OpenAI has just launched GPT-4o Mini, their latest AI model designed to be smaller, cheaper, and faster than previous iterations. Starting today, developers and consumers using the ChatGPT web and mobile apps can access this new model, with enterprise users set to gain access next week. GPT-4o Mini promises to outperform existing small AI models on various reasoning tasks involving both text and vision. With the rise of small AI models, developers are increasingly opting for these due to their enhanced speed and cost efficiency compared to larger models like GPT-4 Omni or Claude 3.5 Sonnet. These compact models are ideal for high-volume, simple tasks that developers frequently rely on AI to perform.
Replacing GPT-3.5 Turbo as OpenAI’s smallest offering, GPT-4o Mini boasts impressive benchmark scores. It achieves 82% on the MMLU benchmark, which measures reasoning, surpassing Gemini 1.5 Flash’s 79% and Claude 3 Haiku’s 75%. In terms of math reasoning, as measured by MGSM, GPT-4o Mini scores an impressive 87%, outperforming Flash’s 78% and Haiku’s 72%.
OpenAI emphasizes the affordability of GPT-4o Mini, which is over 60% cheaper to run than its predecessor, GPT-3.5 Turbo. Currently, the model supports text and vision in the API, with plans to include video and audio capabilities in the future. Olivier Godement, OpenAI’s head of Product API, commented, “For every corner of the world to be empowered by AI, we need to make the models much more affordable. I think GPT-4o Mini is a really big step forward in that direction.”
For developers using OpenAI’s API, GPT-4o Mini is priced at 15 cents per million input tokens and 60 cents per million output tokens. The model features a context window of 128,000 tokens—equivalent to the length of a book—and has a knowledge cutoff of October 2023. While OpenAI has not disclosed the exact size of GPT-4o Mini, it is said to be comparable to other small AI models like Llama 3 8b, Claude Haiku, and Gemini 1.5 Flash.

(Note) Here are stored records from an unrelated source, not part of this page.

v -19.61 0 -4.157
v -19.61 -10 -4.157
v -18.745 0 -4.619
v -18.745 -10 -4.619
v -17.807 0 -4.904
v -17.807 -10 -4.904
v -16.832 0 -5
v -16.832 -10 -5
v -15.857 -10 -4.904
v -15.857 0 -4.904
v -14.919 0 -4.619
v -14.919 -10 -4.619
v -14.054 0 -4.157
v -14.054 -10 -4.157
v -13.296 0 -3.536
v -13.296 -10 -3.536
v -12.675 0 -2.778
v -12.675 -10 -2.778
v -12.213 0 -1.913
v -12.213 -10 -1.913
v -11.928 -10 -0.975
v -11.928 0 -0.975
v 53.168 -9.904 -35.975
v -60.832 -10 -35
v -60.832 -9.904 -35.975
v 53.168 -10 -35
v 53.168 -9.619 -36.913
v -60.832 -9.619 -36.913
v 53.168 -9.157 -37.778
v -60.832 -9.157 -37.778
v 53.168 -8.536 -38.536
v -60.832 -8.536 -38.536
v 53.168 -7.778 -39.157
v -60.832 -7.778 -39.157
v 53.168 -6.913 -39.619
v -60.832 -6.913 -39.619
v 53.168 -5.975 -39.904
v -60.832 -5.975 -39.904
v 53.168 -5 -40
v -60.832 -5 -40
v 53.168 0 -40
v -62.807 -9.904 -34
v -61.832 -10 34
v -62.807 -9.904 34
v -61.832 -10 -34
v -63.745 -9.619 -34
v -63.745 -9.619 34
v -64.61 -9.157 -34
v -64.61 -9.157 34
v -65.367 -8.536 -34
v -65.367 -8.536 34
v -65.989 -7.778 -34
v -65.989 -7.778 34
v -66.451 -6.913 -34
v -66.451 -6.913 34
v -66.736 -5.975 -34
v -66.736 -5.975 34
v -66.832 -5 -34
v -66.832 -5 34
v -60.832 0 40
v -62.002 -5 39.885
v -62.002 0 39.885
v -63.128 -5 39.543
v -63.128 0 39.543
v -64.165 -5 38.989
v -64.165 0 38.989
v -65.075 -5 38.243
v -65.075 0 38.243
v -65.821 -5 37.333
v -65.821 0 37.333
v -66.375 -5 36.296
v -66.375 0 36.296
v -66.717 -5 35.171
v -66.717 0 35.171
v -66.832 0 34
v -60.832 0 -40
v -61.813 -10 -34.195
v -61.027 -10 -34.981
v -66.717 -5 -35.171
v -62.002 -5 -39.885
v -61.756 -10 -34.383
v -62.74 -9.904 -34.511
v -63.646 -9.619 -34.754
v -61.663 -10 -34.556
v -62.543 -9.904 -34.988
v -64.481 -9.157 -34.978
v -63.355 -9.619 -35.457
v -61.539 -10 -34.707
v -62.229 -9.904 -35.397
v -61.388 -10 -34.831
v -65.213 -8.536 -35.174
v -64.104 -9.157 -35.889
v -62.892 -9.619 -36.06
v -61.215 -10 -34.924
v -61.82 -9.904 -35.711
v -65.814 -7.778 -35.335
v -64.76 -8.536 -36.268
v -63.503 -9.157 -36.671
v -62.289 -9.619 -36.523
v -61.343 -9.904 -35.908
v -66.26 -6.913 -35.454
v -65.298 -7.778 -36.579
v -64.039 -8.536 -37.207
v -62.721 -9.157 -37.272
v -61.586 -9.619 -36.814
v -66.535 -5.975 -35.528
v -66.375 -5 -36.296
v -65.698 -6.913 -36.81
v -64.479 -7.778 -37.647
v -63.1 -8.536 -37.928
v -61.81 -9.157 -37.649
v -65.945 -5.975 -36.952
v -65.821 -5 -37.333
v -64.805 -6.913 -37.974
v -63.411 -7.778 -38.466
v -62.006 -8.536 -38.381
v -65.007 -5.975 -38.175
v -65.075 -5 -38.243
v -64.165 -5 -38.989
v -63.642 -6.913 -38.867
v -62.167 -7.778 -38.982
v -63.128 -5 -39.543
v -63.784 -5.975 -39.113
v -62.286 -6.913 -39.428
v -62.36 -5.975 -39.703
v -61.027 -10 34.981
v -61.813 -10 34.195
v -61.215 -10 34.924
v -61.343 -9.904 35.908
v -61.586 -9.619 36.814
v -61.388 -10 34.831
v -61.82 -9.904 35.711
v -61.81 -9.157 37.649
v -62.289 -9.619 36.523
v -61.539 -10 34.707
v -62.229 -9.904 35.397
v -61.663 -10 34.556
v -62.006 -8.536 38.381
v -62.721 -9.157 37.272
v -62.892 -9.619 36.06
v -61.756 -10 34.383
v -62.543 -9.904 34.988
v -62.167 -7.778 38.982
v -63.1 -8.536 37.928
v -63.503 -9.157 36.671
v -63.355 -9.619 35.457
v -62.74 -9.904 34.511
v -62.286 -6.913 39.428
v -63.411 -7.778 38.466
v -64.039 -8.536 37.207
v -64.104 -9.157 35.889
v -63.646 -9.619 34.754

However, GPT-4o Mini claims superiority in speed, cost efficiency, and intelligence based on pre-launch tests in the LMSYS.org chatbot arena. Early independent tests confirm these claims, with George Cameron, Co-Founder at Artificial Analysis, noting, “Relative to comparable models, GPT-4o Mini is very fast, with a median output speed of 202 tokens per second. This is more than 2X faster than GPT-4o and GPT-3.5 Turbo and represents a compelling offering for speed-dependent use-cases including many consumer applications and agentic approaches to using LLMs.”
Alongside the GPT-4o Mini launch, OpenAI has introduced new tools for enterprise customers. The Enterprise Compliance API is designed to help businesses in highly regulated industries—such as finance, healthcare, legal services, and government—comply with logging and audit requirements. These tools will enable admins to audit and manage their ChatGPT Enterprise data, providing records of time-stamped interactions, including conversations, uploaded files, workspace users, and more. Additionally, OpenAI is offering admins more granular control for workspace GPTs, which are custom versions of ChatGPT created for specific business use cases. Previously, admins could only fully allow or block GPT actions created in their workspace, but now they can create an approved list of domains that GPTs can interact with.
OpenAI’s release of GPT-4o Mini marks a significant advancement in the field of small AI models, offering an affordable and efficient solution for developers and enterprises alike. With its impressive performance metrics and cost efficiency, GPT-4o Mini is set to become a popular choice for high-volume, simple AI tasks. Moreover, the new enterprise tools provide enhanced compliance and control features, making AI integration more secure and manageable for businesses in regulated industries.